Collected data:
*****

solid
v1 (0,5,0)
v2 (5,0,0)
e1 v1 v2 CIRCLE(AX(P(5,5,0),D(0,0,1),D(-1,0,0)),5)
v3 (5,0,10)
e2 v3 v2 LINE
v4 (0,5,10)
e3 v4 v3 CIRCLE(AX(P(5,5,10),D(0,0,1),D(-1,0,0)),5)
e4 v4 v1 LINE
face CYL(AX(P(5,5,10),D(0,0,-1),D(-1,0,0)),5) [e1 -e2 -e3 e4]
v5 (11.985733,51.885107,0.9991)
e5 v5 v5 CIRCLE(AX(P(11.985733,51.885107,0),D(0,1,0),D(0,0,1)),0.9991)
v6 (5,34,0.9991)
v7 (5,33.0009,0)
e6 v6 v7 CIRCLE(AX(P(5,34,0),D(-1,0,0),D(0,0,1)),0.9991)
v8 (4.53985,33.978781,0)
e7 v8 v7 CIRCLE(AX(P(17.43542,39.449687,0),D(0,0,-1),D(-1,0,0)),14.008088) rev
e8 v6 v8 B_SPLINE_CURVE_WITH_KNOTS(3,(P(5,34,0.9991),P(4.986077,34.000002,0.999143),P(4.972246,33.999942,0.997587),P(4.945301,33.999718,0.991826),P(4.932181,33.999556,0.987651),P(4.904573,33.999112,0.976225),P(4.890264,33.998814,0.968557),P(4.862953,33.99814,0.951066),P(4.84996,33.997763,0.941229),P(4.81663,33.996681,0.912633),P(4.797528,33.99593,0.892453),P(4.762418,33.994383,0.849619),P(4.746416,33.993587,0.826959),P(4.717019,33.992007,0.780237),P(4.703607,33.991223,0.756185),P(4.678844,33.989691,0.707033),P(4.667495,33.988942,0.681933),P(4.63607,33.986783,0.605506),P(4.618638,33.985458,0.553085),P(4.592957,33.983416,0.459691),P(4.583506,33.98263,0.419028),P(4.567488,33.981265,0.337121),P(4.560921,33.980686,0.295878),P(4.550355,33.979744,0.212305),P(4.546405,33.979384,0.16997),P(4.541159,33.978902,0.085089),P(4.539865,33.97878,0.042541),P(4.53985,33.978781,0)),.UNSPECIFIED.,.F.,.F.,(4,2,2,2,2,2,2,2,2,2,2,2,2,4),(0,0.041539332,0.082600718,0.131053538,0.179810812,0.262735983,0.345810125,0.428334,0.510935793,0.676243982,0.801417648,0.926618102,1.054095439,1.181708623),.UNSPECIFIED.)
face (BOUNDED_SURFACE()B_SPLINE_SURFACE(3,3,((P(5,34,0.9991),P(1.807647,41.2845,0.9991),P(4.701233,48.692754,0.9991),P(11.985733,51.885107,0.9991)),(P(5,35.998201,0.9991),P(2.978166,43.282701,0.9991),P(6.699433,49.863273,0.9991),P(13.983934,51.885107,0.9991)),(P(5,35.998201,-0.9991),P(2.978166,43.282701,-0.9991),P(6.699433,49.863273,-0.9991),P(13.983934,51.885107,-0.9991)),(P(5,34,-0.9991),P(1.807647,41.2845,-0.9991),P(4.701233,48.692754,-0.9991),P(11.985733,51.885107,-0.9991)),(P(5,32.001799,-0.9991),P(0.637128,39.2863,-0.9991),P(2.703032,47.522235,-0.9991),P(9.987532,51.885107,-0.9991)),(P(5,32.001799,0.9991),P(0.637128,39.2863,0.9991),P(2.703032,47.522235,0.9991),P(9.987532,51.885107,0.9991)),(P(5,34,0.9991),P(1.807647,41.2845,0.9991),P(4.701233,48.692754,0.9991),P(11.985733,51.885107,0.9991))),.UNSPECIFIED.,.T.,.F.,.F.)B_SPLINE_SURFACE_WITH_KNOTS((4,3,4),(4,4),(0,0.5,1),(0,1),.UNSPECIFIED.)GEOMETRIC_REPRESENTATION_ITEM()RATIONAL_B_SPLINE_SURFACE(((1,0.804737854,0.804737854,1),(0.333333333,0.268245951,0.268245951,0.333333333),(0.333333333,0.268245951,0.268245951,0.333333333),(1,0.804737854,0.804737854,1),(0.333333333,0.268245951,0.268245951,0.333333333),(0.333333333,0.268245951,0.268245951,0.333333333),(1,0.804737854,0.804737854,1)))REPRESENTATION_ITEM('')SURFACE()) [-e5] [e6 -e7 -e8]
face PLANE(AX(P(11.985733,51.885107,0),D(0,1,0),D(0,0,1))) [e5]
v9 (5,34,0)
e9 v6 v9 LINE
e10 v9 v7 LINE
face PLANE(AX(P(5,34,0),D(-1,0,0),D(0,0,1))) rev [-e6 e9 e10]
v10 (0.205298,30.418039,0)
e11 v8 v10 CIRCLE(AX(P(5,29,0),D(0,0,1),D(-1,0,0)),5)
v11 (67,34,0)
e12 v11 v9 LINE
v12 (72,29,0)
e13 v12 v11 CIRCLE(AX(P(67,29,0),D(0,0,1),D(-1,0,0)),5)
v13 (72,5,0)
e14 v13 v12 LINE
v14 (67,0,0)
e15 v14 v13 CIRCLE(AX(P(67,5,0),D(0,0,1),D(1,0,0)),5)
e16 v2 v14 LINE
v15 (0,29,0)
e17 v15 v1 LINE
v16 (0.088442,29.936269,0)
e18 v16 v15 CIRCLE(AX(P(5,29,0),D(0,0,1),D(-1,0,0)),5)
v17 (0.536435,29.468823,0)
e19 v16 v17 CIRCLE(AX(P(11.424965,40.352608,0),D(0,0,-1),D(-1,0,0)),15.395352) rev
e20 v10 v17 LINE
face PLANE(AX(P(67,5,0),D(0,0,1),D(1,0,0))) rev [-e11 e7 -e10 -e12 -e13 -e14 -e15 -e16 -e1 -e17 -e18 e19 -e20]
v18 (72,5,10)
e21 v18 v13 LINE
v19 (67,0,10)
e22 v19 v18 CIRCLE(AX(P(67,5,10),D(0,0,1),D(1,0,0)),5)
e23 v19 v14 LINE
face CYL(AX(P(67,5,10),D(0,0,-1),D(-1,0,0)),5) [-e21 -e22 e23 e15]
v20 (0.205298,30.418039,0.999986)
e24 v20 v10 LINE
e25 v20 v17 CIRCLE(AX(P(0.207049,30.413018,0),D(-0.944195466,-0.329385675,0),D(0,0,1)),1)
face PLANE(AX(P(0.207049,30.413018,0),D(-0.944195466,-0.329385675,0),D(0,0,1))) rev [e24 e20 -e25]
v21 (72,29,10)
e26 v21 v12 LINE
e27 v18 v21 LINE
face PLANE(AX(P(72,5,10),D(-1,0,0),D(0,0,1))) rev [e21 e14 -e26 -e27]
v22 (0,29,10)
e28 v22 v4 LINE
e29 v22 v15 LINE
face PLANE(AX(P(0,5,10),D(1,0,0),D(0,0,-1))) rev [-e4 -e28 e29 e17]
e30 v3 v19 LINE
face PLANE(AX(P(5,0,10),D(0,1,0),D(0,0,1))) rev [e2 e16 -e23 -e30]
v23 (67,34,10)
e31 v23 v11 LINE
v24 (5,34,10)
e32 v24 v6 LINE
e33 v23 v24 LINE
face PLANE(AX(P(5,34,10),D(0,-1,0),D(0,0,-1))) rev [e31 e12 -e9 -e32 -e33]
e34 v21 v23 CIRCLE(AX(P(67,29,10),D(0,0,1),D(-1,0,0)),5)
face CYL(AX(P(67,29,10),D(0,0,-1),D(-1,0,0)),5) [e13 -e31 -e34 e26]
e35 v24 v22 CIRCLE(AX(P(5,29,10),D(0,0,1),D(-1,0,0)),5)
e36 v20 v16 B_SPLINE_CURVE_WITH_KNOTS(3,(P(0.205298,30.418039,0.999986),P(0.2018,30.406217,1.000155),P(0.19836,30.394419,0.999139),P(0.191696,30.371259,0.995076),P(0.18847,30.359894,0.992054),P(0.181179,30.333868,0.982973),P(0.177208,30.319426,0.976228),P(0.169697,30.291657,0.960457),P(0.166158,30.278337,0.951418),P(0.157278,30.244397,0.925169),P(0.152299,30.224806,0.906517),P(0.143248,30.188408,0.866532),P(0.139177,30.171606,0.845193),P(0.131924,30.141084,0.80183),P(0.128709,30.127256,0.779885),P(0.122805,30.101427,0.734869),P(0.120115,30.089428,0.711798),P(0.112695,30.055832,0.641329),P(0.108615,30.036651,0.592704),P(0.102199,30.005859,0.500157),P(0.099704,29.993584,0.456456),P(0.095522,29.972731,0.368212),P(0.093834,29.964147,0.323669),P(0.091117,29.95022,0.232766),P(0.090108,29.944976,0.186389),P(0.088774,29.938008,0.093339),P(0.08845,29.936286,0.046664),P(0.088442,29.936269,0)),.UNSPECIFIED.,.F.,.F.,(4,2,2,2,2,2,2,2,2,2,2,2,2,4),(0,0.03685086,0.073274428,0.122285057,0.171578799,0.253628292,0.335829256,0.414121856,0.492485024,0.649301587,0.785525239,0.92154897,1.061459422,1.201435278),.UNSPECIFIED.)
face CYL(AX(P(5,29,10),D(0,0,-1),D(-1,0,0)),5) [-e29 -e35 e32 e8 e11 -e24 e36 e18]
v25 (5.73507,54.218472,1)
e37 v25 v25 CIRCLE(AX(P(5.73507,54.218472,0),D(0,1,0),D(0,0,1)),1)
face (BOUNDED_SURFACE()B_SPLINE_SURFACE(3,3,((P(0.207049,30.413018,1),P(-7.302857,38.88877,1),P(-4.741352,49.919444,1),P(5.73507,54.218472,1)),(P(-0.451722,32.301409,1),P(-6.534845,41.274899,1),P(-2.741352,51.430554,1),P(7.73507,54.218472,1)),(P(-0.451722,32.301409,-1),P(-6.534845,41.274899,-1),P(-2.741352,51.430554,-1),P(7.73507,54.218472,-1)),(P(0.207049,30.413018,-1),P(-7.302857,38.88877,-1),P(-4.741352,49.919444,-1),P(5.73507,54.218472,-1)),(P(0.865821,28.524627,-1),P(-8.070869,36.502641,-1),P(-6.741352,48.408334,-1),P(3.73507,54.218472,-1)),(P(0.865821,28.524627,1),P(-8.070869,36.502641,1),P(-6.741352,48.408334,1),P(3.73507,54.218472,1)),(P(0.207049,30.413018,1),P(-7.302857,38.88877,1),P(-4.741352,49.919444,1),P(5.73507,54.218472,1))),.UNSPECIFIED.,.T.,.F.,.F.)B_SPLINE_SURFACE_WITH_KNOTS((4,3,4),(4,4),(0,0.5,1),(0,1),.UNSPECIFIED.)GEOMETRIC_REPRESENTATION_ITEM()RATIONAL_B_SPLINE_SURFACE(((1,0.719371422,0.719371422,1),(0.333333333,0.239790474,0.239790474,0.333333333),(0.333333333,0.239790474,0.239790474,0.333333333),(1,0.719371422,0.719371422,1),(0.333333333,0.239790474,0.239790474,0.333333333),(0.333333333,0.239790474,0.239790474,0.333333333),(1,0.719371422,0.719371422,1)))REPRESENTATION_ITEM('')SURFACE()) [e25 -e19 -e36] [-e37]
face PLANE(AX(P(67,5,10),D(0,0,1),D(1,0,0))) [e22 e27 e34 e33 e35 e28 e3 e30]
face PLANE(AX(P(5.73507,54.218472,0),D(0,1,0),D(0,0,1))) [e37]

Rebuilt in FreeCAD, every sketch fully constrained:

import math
import FreeCAD as App
import Part
import Sketcher
from FreeCAD import Vector
Q = App.Units.Quantity

doc = App.newDocument("Part")
body = doc.addObject("PartDesign::Body", "Body")

sketch1 = doc.addObject("Sketcher::SketchObject", "Sketch")
body.addObject(sketch1)
sketch1.AttachmentSupport = (doc.XY_Plane, [""])
sketch1.MapMode = "FlatFace"
sketch1.addGeometry([
    Part.LineSegment(Vector(5, 0, 0), Vector(67, 0, 0)),
    Part.ArcOfCircle(Part.Circle(Vector(67, 5, 0), Vector(0, 0, 1), 5), math.radians(-90), math.radians(0)),
    Part.LineSegment(Vector(72, 5, 0), Vector(72, 29, 0)),
    Part.ArcOfCircle(Part.Circle(Vector(67, 29, 0), Vector(0, 0, 1), 5), math.radians(0), math.radians(90)),
    Part.LineSegment(Vector(67, 34, 0), Vector(5, 34, 0)),
    Part.ArcOfCircle(Part.Circle(Vector(5, 29, 0), Vector(0, 0, 1), 5), math.radians(90), math.radians(180)),
    Part.LineSegment(Vector(0, 29, 0), Vector(0, 5, 0)),
    Part.ArcOfCircle(Part.Circle(Vector(5, 5, 0), Vector(0, 0, 1), 5), math.radians(180), math.radians(270)),
], False)
sketch1.addConstraint([
    Sketcher.Constraint("Tangent", 0, 2, 1, 1),
    Sketcher.Constraint("Tangent", 1, 2, 2, 1),
    Sketcher.Constraint("Tangent", 2, 2, 3, 1),
    Sketcher.Constraint("Tangent", 3, 2, 4, 1),
    Sketcher.Constraint("Tangent", 4, 2, 5, 1),
    Sketcher.Constraint("Tangent", 5, 2, 6, 1),
    Sketcher.Constraint("Tangent", 6, 2, 7, 1),
    Sketcher.Constraint("Tangent", 7, 2, 0, 1),
    Sketcher.Constraint("Horizontal", 0),
    Sketcher.Constraint("Vertical", 2),
    Sketcher.Constraint("Horizontal", 4),
    Sketcher.Constraint("Vertical", 6),
    Sketcher.Constraint("Equal", 1, 3),
    Sketcher.Constraint("Equal", 3, 5),
    Sketcher.Constraint("Equal", 5, 7),
    Sketcher.Constraint("PointOnObject", 0, 2, -1),
    Sketcher.Constraint("PointOnObject", 5, 2, -2),
    Sketcher.Constraint("Radius", 1, Q("5 mm")),
    Sketcher.Constraint("DistanceX", 0, 1, 0, 2, Q("62 mm")),
    Sketcher.Constraint("DistanceY", 2, 1, 2, 2, Q("24 mm")),
])
pad1 = doc.addObject("PartDesign::Pad", "Pad")
body.addObject(pad1)
pad1.Profile = sketch1
pad1.Length = 10

sketch2 = doc.addObject("Sketcher::SketchObject", "Sketch001")
body.addObject(sketch2)
sketch2.AttachmentSupport = (doc.XZ_Plane, [""])
sketch2.MapMode = "FlatFace"
sketch2.AttachmentOffset = App.Placement(Vector(0, 0, -54.218472), App.Rotation())
sketch2.addGeometry(Part.Circle(Vector(5.7, 0, 0), Vector(0, 0, 1), 1), False)
sketch2.addConstraint([
    Sketcher.Constraint("PointOnObject", 0, 3, -1),
    Sketcher.Constraint("Diameter", 0, Q("2 mm")),
    Sketcher.Constraint("DistanceX", -1, 1, 0, 3, Q("5.73507 mm")),
])

sketch3 = doc.addObject("Sketcher::SketchObject", "Sketch002")
body.addObject(sketch3)
sketch3.AttachmentSupport = (doc.XY_Plane, [""])
sketch3.MapMode = "FlatFace"
sketch3.addGeometry(Part.ArcOfCircle(Part.Circle(Vector(11, 40, 0), Vector(0, 0, 1), 15), math.radians(112), math.radians(222)), False)
sketch3.addConstraint([
    Sketcher.Constraint("Radius", 0, Q("14.98588 mm")),
    Sketcher.Constraint("DistanceX", -1, 1, 0, 2, Q("0.205298 mm")),
    Sketcher.Constraint("DistanceY", -1, 1, 0, 3, Q("40.352608 mm")),
    Sketcher.Constraint("DistanceY", -1, 1, 0, 1, Q("54.218472 mm")),
    Sketcher.Constraint("DistanceY", -1, 1, 0, 2, Q("30.418039 mm")),
])
doc.recompute()

additivepipe = doc.addObject("PartDesign::AdditivePipe", "AdditivePipe")
body.addObject(additivepipe)
additivepipe.Profile = sketch2
additivepipe.Spine = (sketch3, ["Edge1"])

sketch4 = doc.addObject("Sketcher::SketchObject", "Sketch003")
body.addObject(sketch4)
sketch4.AttachmentSupport = (doc.XZ_Plane, [""])
sketch4.MapMode = "FlatFace"
sketch4.AttachmentOffset = App.Placement(Vector(0, 0, -51.885107), App.Rotation())
sketch4.addGeometry(Part.Circle(Vector(12, 0, 0), Vector(0, 0, 1), 1), False)
sketch4.addConstraint([
    Sketcher.Constraint("PointOnObject", 0, 3, -1),
    Sketcher.Constraint("Diameter", 0, Q("1.998201 mm")),
    Sketcher.Constraint("DistanceX", -1, 1, 0, 3, Q("11.985733 mm")),
])

sketch5 = doc.addObject("Sketcher::SketchObject", "Sketch004")
body.addObject(sketch5)
sketch5.AttachmentSupport = (doc.XY_Plane, [""])
sketch5.MapMode = "FlatFace"
sketch5.addGeometry(Part.ArcOfCircle(Part.Circle(Vector(17, 39, 0), Vector(0, 0, 1), 14), math.radians(114), math.radians(204)), False)
sketch5.addConstraint([
    Sketcher.Constraint("DistanceX", -1, 1, 0, 2, Q("5 mm")),
    Sketcher.Constraint("DistanceY", -1, 1, 0, 2, Q("34 mm")),
    Sketcher.Constraint("Radius", 0, Q("13.577141 mm")),
    Sketcher.Constraint("DistanceX", -1, 1, 0, 3, Q("17.43542 mm")),
    Sketcher.Constraint("DistanceY", 0, 3, 0, 1, Q("12.43542 mm")),
])
doc.recompute()

additivepipe2 = doc.addObject("PartDesign::AdditivePipe", "AdditivePipe001")
body.addObject(additivepipe2)
additivepipe2.Profile = sketch4
additivepipe2.Spine = (sketch5, ["Edge1"])

doc.recompute()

*****

## What you should do
In exact wording, restate the lines of the data above from the first through the one holding "v6 (5,34,0.9991)", and stop after that line.

## Answer to this problem
solid
v1 (0,5,0)
v2 (5,0,0)
e1 v1 v2 CIRCLE(AX(P(5,5,0),D(0,0,1),D(-1,0,0)),5)
v3 (5,0,10)
e2 v3 v2 LINE
v4 (0,5,10)
e3 v4 v3 CIRCLE(AX(P(5,5,10),D(0,0,1),D(-1,0,0)),5)
e4 v4 v1 LINE
face CYL(AX(P(5,5,10),D(0,0,-1),D(-1,0,0)),5) [e1 -e2 -e3 e4]
v5 (11.985733,51.885107,0.9991)
e5 v5 v5 CIRCLE(AX(P(11.985733,51.885107,0),D(0,1,0),D(0,0,1)),0.9991)
v6 (5,34,0.9991)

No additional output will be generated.